→ **Entries provided**
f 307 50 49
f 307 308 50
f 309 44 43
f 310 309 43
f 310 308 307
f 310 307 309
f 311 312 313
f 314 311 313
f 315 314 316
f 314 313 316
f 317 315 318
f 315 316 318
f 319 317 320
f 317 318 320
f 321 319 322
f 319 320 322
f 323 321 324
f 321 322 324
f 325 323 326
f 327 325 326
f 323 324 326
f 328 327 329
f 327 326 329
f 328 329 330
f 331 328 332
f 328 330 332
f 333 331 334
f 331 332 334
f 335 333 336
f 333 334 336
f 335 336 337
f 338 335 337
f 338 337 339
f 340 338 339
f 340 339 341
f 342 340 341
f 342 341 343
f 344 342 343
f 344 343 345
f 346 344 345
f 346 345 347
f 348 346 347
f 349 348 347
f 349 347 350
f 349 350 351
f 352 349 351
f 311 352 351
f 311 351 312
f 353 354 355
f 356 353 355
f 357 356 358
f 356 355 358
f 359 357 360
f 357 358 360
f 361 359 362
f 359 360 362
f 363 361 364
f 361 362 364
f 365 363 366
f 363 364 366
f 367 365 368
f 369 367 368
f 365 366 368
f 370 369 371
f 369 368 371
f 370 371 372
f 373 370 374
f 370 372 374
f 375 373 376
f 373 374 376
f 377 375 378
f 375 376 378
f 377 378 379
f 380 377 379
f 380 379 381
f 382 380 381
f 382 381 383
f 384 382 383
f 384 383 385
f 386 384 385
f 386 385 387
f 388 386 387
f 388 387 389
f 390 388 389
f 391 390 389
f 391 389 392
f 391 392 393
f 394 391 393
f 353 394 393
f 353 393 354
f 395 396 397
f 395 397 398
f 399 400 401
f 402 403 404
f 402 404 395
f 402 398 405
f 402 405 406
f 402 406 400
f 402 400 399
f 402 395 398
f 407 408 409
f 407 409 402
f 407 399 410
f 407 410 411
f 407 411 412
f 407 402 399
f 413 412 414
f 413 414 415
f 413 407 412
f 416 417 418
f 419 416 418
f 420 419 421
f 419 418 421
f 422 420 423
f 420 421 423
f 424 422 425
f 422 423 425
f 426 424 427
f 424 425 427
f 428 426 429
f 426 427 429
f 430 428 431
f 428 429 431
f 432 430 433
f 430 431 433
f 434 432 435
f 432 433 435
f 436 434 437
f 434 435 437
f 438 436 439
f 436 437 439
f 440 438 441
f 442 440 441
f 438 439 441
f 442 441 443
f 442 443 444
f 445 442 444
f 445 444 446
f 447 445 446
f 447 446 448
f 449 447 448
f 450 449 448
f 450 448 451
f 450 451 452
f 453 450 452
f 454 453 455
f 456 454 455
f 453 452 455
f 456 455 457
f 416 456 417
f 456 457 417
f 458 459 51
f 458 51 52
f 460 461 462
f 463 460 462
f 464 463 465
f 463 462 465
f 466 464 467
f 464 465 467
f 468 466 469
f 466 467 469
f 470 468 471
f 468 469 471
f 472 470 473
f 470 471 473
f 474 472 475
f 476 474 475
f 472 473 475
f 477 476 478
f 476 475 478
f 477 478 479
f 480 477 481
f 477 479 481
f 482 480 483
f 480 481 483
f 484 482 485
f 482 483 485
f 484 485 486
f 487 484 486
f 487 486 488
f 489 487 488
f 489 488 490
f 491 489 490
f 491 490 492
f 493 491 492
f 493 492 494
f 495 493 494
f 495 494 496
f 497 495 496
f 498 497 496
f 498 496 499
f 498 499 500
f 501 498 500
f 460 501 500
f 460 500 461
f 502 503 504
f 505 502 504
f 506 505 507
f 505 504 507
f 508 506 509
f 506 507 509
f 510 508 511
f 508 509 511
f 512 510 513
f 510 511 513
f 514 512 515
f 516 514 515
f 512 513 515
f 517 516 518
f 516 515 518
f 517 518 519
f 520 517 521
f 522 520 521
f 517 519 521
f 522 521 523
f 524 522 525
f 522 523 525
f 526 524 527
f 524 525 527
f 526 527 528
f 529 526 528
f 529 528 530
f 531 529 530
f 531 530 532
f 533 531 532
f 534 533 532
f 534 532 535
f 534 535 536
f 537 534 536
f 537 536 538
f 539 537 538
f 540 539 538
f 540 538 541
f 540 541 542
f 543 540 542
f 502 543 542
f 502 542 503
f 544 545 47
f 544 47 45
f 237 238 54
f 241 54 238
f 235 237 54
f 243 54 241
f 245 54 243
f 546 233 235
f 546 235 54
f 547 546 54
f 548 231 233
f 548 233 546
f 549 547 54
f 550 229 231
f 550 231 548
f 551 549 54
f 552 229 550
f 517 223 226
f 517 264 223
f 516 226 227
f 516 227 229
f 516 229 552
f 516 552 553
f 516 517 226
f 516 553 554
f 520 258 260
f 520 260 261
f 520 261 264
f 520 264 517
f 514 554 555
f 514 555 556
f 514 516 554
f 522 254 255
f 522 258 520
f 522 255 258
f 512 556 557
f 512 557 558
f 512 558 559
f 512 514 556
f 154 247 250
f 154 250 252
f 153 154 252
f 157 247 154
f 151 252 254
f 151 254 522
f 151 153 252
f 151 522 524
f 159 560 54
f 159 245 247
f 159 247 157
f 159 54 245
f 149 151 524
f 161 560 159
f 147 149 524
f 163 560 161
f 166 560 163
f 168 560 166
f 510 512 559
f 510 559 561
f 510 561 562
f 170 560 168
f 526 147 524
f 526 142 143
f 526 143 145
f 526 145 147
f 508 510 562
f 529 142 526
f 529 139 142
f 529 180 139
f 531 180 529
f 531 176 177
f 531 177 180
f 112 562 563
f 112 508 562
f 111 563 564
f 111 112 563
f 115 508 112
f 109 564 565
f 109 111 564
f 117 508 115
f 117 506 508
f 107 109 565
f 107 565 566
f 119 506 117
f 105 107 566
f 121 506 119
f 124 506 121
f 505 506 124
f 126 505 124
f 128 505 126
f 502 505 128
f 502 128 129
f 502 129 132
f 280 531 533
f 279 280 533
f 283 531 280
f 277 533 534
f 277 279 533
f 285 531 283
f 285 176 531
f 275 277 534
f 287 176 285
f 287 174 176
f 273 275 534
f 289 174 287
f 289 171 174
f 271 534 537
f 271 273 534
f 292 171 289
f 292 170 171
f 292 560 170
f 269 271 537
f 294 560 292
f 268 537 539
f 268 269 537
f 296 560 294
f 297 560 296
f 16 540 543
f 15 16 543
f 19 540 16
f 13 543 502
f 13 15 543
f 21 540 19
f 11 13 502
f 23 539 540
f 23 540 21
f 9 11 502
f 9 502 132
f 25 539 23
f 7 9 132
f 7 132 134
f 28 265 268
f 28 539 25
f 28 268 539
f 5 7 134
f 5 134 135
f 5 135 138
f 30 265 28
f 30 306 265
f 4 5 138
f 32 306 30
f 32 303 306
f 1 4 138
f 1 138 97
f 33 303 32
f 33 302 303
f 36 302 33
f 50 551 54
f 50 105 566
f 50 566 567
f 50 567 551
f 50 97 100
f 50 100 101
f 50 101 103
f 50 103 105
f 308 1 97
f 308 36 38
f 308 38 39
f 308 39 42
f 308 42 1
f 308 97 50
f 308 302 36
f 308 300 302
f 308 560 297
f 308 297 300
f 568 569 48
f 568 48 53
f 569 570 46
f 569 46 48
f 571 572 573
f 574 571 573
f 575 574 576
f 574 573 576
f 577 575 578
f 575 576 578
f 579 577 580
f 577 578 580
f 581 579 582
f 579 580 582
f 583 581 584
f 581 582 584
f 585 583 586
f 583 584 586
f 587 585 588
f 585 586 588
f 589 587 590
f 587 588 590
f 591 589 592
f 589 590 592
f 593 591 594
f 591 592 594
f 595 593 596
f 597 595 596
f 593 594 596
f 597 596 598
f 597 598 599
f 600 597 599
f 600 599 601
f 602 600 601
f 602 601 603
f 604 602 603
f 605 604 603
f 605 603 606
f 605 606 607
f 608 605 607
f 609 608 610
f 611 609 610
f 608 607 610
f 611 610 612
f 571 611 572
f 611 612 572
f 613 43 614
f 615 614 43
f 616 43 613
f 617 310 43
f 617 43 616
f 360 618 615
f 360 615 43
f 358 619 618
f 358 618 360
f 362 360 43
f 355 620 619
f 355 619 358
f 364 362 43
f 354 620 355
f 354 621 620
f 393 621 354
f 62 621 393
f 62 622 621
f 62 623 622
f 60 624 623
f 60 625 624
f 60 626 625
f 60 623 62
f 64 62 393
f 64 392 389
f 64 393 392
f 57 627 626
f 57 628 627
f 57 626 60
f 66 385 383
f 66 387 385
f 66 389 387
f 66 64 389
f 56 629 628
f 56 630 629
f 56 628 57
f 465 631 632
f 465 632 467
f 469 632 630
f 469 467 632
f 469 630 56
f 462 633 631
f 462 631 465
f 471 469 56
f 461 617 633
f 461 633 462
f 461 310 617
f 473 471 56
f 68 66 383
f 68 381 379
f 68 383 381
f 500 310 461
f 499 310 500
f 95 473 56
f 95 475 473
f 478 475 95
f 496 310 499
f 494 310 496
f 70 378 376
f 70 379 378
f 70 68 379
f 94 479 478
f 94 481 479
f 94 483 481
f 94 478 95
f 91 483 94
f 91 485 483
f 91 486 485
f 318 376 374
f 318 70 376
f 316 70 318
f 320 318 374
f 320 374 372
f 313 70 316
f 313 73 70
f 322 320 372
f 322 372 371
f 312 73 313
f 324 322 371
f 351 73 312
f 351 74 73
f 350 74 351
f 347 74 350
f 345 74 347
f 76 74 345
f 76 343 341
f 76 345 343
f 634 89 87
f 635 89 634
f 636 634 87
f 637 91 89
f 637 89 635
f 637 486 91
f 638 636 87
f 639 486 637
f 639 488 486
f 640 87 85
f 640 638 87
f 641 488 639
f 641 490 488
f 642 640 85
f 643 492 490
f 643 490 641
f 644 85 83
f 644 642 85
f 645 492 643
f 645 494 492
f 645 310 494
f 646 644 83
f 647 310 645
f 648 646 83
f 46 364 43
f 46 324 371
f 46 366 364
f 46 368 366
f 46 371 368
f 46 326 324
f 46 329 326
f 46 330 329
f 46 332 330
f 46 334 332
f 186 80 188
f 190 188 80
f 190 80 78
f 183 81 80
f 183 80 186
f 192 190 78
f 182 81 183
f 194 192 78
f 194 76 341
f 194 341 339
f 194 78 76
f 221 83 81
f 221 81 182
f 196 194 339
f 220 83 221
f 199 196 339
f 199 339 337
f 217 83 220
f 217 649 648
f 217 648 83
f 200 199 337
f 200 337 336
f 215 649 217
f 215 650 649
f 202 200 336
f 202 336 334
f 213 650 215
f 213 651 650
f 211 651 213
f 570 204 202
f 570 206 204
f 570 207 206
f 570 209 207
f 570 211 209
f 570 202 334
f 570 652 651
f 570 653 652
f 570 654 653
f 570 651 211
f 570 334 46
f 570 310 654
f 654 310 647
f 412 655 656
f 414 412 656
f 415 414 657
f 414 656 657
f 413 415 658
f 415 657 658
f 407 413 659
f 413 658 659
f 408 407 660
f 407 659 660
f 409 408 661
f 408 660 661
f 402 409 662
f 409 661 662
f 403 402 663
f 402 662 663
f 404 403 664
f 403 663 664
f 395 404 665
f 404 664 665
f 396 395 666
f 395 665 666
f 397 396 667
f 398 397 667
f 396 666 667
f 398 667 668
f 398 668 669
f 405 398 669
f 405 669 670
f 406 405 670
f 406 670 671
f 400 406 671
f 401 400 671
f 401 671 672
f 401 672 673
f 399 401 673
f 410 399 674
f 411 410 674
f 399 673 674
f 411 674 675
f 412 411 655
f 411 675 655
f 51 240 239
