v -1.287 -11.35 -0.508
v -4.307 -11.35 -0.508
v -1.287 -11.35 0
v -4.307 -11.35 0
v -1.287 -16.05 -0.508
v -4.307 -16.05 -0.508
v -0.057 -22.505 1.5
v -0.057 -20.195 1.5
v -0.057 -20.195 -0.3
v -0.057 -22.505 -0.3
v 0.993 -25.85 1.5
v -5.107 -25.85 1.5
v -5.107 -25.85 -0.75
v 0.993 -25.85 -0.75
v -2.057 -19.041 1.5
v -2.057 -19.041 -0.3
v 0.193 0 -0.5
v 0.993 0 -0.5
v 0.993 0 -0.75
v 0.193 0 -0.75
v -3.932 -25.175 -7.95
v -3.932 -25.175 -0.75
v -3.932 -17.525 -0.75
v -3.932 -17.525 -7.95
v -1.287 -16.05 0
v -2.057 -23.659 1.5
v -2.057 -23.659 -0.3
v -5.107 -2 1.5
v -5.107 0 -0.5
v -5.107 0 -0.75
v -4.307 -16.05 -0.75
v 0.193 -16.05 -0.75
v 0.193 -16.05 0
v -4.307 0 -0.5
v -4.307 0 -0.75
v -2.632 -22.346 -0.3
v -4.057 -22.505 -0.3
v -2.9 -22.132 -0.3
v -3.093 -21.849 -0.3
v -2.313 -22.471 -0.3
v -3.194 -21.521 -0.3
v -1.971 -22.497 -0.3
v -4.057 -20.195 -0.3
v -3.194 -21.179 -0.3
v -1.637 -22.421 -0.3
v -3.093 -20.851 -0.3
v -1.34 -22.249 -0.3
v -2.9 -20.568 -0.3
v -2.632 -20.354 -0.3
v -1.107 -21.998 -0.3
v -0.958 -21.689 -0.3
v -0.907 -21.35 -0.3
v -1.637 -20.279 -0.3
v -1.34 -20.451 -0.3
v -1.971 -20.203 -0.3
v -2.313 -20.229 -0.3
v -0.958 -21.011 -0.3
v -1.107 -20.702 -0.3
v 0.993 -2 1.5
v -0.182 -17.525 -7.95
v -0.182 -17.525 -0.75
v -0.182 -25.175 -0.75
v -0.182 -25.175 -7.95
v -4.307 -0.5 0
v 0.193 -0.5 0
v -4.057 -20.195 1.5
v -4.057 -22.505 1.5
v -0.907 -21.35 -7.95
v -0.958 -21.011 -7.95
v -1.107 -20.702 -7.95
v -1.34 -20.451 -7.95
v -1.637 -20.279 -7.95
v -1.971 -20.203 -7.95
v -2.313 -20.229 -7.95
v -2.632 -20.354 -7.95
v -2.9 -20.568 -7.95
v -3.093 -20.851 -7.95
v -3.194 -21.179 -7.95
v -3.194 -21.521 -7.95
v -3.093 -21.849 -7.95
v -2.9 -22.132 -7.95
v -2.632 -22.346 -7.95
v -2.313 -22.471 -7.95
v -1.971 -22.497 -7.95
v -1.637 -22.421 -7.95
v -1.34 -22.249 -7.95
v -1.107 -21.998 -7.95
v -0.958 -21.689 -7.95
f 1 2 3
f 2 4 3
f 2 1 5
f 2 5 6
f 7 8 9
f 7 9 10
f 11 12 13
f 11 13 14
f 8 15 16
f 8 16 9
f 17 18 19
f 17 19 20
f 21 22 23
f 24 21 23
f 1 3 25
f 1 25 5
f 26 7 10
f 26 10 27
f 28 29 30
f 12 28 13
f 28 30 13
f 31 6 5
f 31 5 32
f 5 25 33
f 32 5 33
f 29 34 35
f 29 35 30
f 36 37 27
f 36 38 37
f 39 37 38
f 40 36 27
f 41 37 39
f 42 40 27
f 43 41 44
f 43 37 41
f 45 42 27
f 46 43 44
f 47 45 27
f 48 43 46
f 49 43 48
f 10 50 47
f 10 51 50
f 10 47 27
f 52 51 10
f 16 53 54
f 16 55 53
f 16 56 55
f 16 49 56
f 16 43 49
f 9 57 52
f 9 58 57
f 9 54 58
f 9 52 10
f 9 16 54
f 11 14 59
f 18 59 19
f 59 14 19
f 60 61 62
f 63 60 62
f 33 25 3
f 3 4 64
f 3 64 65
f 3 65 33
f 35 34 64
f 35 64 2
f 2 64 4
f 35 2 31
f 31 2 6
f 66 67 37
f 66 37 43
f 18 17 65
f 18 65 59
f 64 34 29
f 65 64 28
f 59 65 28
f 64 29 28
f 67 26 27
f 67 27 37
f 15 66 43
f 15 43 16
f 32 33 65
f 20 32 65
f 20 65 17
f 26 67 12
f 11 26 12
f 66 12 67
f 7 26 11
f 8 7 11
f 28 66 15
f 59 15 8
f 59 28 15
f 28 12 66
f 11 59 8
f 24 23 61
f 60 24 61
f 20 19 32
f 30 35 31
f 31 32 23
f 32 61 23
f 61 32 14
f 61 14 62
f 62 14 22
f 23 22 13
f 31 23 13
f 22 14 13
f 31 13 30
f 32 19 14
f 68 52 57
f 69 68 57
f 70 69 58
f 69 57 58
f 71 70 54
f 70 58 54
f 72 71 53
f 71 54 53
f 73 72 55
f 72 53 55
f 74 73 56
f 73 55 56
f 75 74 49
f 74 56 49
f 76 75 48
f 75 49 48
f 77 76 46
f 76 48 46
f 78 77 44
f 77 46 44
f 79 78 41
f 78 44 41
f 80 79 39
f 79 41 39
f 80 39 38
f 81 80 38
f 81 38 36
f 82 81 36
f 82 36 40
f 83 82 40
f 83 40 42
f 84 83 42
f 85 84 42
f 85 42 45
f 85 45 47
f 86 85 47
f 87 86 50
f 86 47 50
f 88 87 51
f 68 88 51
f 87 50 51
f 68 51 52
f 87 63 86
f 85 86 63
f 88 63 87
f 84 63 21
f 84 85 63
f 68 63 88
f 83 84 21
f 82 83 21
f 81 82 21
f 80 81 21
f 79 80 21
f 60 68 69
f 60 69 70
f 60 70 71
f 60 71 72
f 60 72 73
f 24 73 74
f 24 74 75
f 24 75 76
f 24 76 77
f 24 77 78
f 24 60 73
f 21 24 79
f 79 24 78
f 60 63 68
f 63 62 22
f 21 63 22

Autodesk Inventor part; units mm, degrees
ref_plane "YZ Plane" through (0, 0, 0) normal (1, 0, 0) x (0, 1, 0)
ref_plane "XZ Plane" through (0, 0, 0) normal (0, 1, 0) x (-1, 0, 0)
ref_plane "XY Plane" through (0, 0, 0) normal (0, 0, 1) x (1, 0, 0)
ref_plane "Work Plane3" through (0, -0.0002, 0) normal (0, 0, 1) x (1, 0, 0)
sketch "Sketch8" plane through (0, -0.0002, 0) normal (0, 0, 1) x (1, 0, 0)
  line L0 (-0.007, 0.0002) -> (-0.007, -15.3498) projected
  line L1 (-0.007, 0.0002) -> (-4.107, 0.0002) projected
  line L2 (-4.107, 0.0002) -> (-4.107, -11.3498) projected
  line L3 (-5.107, -11.3498) -> (0.993, -11.3498)
  line L4 (0.993, -11.3498) -> (0.993, 0.0002)
  line L5 (0.993, 0.0002) -> (-5.107, 0.0002)
  line L6 (-5.107, 0.0002) -> (-5.107, -11.3498)
  line L7 (-4.107, -11.3498) -> (-1.0868, -11.3498) projected
  point P0 (-4.107, 0.0002)
  point P1 (-0.007, 0.0002)
  point P2 (-0.007, -11.3498)
  dimension "d71" = 1
  dimension "d72" = 1
extrude "side" add sketch "Sketch8" along normal blind 1.5
sketch "Sketch14" plane through (0, -0.0002, 0) normal (0, 0, -1) x (-1, 0, 0)
  line L0 (-0.993, 0) -> (5.107, 0) projected
  line L1 (5.107, -11.3498) -> (-0.993, -11.3498) projected
  line L2 (5.107, 0.0002) -> (4.307, 0.0002)
  line L3 (4.307, 0.0002) -> (4.307, -11.3498)
  line L4 (4.307, -11.3498) -> (5.107, -11.3498)
  line L5 (5.107, -11.3498) -> (5.107, 0.0002)
  line L6 (-0.993, -11.3498) -> (-0.193, -11.3498)
  line L7 (-0.193, -11.3498) -> (-0.193, 0.0002)
  line L8 (-0.193, 0.0002) -> (-0.993, 0.0002)
  line L9 (-0.993, 0.0002) -> (-0.993, -11.3498)
  line L10 (4.107, 0.0002) -> (4.107, -11.3498) projected
  line L11 (0.007, 0.0002) -> (0.007, -15.3498) projected
  point P0 (0, 0.0002)
  point P1 (-0.993, 0.0002)
  point P2 (-0.993, 0.0002)
  point P3 (-0.193, 0.0002)
  point P4 (4.307, 0.0002)
  dimension "d73" = 0.2
  dimension "d74" = 0.2
extrude "side_tabs" add sketch "Sketch14" along normal blind 0.75 contours L0 L7 L1 L9 | L0 L5 L1 L3
sketch "Sketch15" plane through (-5.107, -11.35, 1.5) normal (0, -1, 0) x (1, 0, 0)
  line L0 (0.8, -1.5) -> (5.3, -1.5) projected
  line L1 (5.3, -1.5) -> (5.3, -2.25) projected
  line L2 (6.1, -2.25) -> (5.3, -2.25) projected
  line L3 (0, 0) -> (6.1, 0) projected
  line L4 (0.8, -2.25) -> (0, -2.25) projected
  line L5 (0.8, -1.5) -> (0.8, -2.25) projected
  line L6 (5.3, -1.5) -> (0.8, -1.5) projected
  line L7 (1, -1.5) -> (4.0182, -1.5) projected
  line L8 (0.8, -1.5) -> (0.8, -2.25) projected
  line L9 (0.8, -1.5) -> (3.8202, -1.5)
  line L10 (3.8202, -1.5) -> (3.8202, -2.008)
  line L11 (3.8202, -2.008) -> (0.8, -2.008)
  line L12 (0.8, -2.008) -> (0.8, -1.5)
  line L13 (6.1, -2.25) -> (6.1, 0) projected
  line L14 (0, 0) -> (0, -2.25) projected
  line L15 (4.0202, -1.5) -> (4.0202, -2.8009) projected
  point P0 (5.107, -1.5)
  point P1 (3.8202, -1.5)
  dimension "d99" = 0.508
  dimension "d100" = 0.2
extrude "fill_gaps" add sketch "Sketch15" along normal blind 14.5
sketch "Sketch16" plane through (-5.107, -25.85, 1.5) normal (0, -1, 0) x (1, 0, 0)
  line L0 (5.3, -2.25) -> (6.1, -2.25) projected
  line L1 (5.3, -1.5) -> (5.3, -2.25) projected
  line L2 (3.8202, -1.5) -> (5.3, -1.5) projected
  line L3 (3.8202, -2.008) -> (3.8202, -1.5) projected
  line L4 (0.8, -2.008) -> (3.8202, -2.008) projected
  line L5 (0.8, -2.25) -> (0.8, -2.008) projected
  line L6 (0, -2.25) -> (0.8, -2.25) projected
  line L7 (5.3, -2.25) -> (0.8, -2.25)
  point P0 (5.107, -1.5)
extrude "fill_gaps_2" add sketch "Sketch16" against normal blind 9.8
chamfer "Chamfer1" distance 2 angle 45 1 edges at (-2.057, 0, 1.5)
sketch "Sketch17" plane through (0, -0.0002, -0.75) normal (0, 0, -1) x (-1, 0, 0)
  line L0 (0.007, -17.3498) -> (0.007, -25.3498) projected
  line L1 (4.107, -17.3498) -> (0.007, -17.3498) projected
  line L2 (4.107, -25.3498) -> (4.107, -17.3498) projected
  line L3 (0.007, -25.3498) -> (4.107, -25.3498) projected
  line L4 (0.182, -25.1748) -> (3.932, -25.1748)
  line L5 (3.932, -25.1748) -> (3.932, -17.5248)
  line L6 (3.932, -17.5248) -> (0.182, -17.5248)
  line L7 (0.182, -17.5248) -> (0.182, -25.1748)
  point P0 (0, 0.0002)
  dimension "d86" = 0.175
  dimension "d87" = 0.175
  dimension "d88" = 0.175
  dimension "d89" = 0.175
extrude "sliding_block" add sketch "Sketch17" along normal blind 7.2 contours L7 L6 L5 L4
ref_plane "Work Plane4" through (-2.2725, -22.3901, 1.5) normal (0, 0, 1) x (1, 0, 0)
sketch "Sketch19" plane through (-2.2725, -22.3901, 1.5) normal (0, 0, 1) x (1, 0, 0)
  circle A0 centre (0.2155, 1.0401) radius 1.15 projected
  point P0 (2.2725, 22.3901)
extrude "screw_hole" cut sketch "Sketch19" against normal through all
sketch "Sketch20" plane through (0, -0.0002, 1.5) normal (0, 0, 1) x (1, 0, 0)
  line L0 (-2.057, -19.0404) -> (-0.057, -20.1951)
  line L1 (-0.057, -20.1951) -> (-0.057, -22.5045)
  line L2 (-0.057, -22.5045) -> (-2.057, -23.6592)
  line L3 (-2.057, -23.6592) -> (-4.057, -22.5045)
  line L4 (-4.057, -22.5045) -> (-4.057, -20.1951)
  line L5 (-4.057, -20.1951) -> (-2.057, -19.0404)
  circle A0 centre (-2.057, -21.3498) radius 1.15 projected
  point P0 (0, 0.0002)
  dimension "d102" = 4
extrude "nut_slot" cut sketch "Sketch20" against normal blind 1.8 contours L0 L1 L2 L3 L4 L5 | A0
equation "\"d73\" = d74"
equation "\"d86\" = d89"
equation "\"d87\" = d89"
equation "\"d88\" = d89"
properties part number "surgical_holder_side2"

→ **Exercise requirements**
Print only the lines that run from the start of the listing to the line bearing "f 327 326 329"; please keep the first line and that last one, exactly as they appear.

→ **Answer box**
f 307 50 49
f 307 308 50
f 309 44 43
f 310 309 43
f 310 308 307
f 310 307 309
f 311 312 313
f 314 311 313
f 315 314 316
f 314 313 316
f 317 315 318
f 315 316 318
f 319 317 320
f 317 318 320
f 321 319 322
f 319 320 322
f 323 321 324
f 321 322 324
f 325 323 326
f 327 325 326
f 323 324 326
f 328 327 329
f 327 326 329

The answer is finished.